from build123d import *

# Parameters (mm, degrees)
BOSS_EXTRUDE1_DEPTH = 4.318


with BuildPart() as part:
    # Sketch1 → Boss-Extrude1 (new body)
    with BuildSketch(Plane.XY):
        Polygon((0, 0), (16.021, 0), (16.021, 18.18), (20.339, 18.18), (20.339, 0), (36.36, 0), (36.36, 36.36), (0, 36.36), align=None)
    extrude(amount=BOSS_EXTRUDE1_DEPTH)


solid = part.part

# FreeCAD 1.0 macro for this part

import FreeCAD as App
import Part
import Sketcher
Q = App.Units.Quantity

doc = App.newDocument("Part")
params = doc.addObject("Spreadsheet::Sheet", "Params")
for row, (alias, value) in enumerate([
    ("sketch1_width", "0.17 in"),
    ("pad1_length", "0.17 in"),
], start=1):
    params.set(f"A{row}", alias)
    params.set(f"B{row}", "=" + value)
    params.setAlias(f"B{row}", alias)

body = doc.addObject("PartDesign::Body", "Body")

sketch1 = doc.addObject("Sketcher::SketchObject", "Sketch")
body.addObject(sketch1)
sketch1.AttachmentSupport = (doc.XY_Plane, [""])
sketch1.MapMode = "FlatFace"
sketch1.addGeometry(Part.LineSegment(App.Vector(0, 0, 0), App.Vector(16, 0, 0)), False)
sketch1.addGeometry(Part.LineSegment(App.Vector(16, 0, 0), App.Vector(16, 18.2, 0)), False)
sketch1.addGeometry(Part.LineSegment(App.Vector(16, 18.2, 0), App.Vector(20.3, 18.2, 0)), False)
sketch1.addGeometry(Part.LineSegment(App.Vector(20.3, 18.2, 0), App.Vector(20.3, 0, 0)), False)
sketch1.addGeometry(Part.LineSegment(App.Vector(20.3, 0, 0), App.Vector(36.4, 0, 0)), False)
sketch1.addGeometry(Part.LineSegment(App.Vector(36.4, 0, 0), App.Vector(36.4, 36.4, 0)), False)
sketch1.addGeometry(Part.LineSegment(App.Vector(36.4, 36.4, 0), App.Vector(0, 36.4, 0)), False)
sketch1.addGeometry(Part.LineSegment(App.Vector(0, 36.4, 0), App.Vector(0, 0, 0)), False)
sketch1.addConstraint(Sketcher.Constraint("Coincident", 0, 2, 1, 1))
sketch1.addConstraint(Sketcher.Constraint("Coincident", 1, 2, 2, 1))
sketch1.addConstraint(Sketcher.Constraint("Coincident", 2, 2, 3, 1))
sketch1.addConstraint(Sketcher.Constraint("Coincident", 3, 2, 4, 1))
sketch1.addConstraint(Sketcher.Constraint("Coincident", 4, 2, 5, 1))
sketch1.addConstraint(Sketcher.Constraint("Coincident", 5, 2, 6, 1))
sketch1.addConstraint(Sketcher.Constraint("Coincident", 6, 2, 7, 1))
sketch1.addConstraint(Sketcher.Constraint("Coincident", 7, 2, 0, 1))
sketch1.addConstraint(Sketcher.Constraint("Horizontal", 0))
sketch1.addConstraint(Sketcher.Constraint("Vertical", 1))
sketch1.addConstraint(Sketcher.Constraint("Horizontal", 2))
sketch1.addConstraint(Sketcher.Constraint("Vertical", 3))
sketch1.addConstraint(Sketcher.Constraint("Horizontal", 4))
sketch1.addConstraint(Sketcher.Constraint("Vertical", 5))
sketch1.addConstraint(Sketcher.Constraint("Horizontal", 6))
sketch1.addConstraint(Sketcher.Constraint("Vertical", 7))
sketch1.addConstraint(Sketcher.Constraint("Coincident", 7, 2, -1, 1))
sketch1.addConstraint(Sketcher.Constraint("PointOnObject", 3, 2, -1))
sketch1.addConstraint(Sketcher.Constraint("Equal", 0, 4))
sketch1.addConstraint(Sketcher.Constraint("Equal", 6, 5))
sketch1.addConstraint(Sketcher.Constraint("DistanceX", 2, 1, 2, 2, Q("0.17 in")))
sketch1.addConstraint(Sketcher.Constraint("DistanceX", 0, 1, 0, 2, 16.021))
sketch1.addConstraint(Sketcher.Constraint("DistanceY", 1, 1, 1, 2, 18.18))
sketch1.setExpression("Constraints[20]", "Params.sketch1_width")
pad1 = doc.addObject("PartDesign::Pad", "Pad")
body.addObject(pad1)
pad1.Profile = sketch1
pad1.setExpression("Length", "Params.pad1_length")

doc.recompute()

__Task item__: Each line above is to be set down again verbatim.

__Written response__:
from build123d import *

# Parameters (mm, degrees)
BOSS_EXTRUDE1_DEPTH = 4.318


with BuildPart() as part:
    # Sketch1 → Boss-Extrude1 (new body)
    with BuildSketch(Plane.XY):
        Polygon((0, 0), (16.021, 0), (16.021, 18.18), (20.339, 18.18), (20.339, 0), (36.36, 0), (36.36, 36.36), (0, 36.36), align=None)
    extrude(amount=BOSS_EXTRUDE1_DEPTH)


solid = part.part

# FreeCAD 1.0 macro for this part

import FreeCAD as App
import Part
import Sketcher
Q = App.Units.Quantity

doc = App.newDocument("Part")
params = doc.addObject("Spreadsheet::Sheet", "Params")
for row, (alias, value) in enumerate([
    ("sketch1_width", "0.17 in"),
    ("pad1_length", "0.17 in"),
], start=1):
    params.set(f"A{row}", alias)
    params.set(f"B{row}", "=" + value)
    params.setAlias(f"B{row}", alias)

body = doc.addObject("PartDesign::Body", "Body")

sketch1 = doc.addObject("Sketcher::SketchObject", "Sketch")
body.addObject(sketch1)
sketch1.AttachmentSupport = (doc.XY_Plane, [""])
sketch1.MapMode = "FlatFace"
sketch1.addGeometry(Part.LineSegment(App.Vector(0, 0, 0), App.Vector(16, 0, 0)), False)
sketch1.addGeometry(Part.LineSegment(App.Vector(16, 0, 0), App.Vector(16, 18.2, 0)), False)
sketch1.addGeometry(Part.LineSegment(App.Vector(16, 18.2, 0), App.Vector(20.3, 18.2, 0)), False)
sketch1.addGeometry(Part.LineSegment(App.Vector(20.3, 18.2, 0), App.Vector(20.3, 0, 0)), False)
sketch1.addGeometry(Part.LineSegment(App.Vector(20.3, 0, 0), App.Vector(36.4, 0, 0)), False)
sketch1.addGeometry(Part.LineSegment(App.Vector(36.4, 0, 0), App.Vector(36.4, 36.4, 0)), False)
sketch1.addGeometry(Part.LineSegment(App.Vector(36.4, 36.4, 0), App.Vector(0, 36.4, 0)), False)
sketch1.addGeometry(Part.LineSegment(App.Vector(0, 36.4, 0), App.Vector(0, 0, 0)), False)
sketch1.addConstraint(Sketcher.Constraint("Coincident", 0, 2, 1, 1))
sketch1.addConstraint(Sketcher.Constraint("Coincident", 1, 2, 2, 1))
sketch1.addConstraint(Sketcher.Constraint("Coincident", 2, 2, 3, 1))
sketch1.addConstraint(Sketcher.Constraint("Coincident", 3, 2, 4, 1))
sketch1.addConstraint(Sketcher.Constraint("Coincident", 4, 2, 5, 1))
sketch1.addConstraint(Sketcher.Constraint("Coincident", 5, 2, 6, 1))
sketch1.addConstraint(Sketcher.Constraint("Coincident", 6, 2, 7, 1))
sketch1.addConstraint(Sketcher.Constraint("Coincident", 7, 2, 0, 1))
sketch1.addConstraint(Sketcher.Constraint("Horizontal", 0))
sketch1.addConstraint(Sketcher.Constraint("Vertical", 1))
sketch1.addConstraint(Sketcher.Constraint("Horizontal", 2))
sketch1.addConstraint(Sketcher.Constraint("Vertical", 3))
sketch1.addConstraint(Sketcher.Constraint("Horizontal", 4))
sketch1.addConstraint(Sketcher.Constraint("Vertical", 5))
sketch1.addConstraint(Sketcher.Constraint("Horizontal", 6))
sketch1.addConstraint(Sketcher.Constraint("Vertical", 7))
sketch1.addConstraint(Sketcher.Constraint("Coincident", 7, 2, -1, 1))
sketch1.addConstraint(Sketcher.Constraint("PointOnObject", 3, 2, -1))
sketch1.addConstraint(Sketcher.Constraint("Equal", 0, 4))
sketch1.addConstraint(Sketcher.Constraint("Equal", 6, 5))
sketch1.addConstraint(Sketcher.Constraint("DistanceX", 2, 1, 2, 2, Q("0.17 in")))
sketch1.addConstraint(Sketcher.Constraint("DistanceX", 0, 1, 0, 2, 16.021))
sketch1.addConstraint(Sketcher.Constraint("DistanceY", 1, 1, 1, 2, 18.18))
sketch1.setExpression("Constraints[20]", "Params.sketch1_width")
pad1 = doc.addObject("PartDesign::Pad", "Pad")
body.addObject(pad1)
pad1.Profile = sketch1
pad1.setExpression("Length", "Params.pad1_length")

doc.recompute()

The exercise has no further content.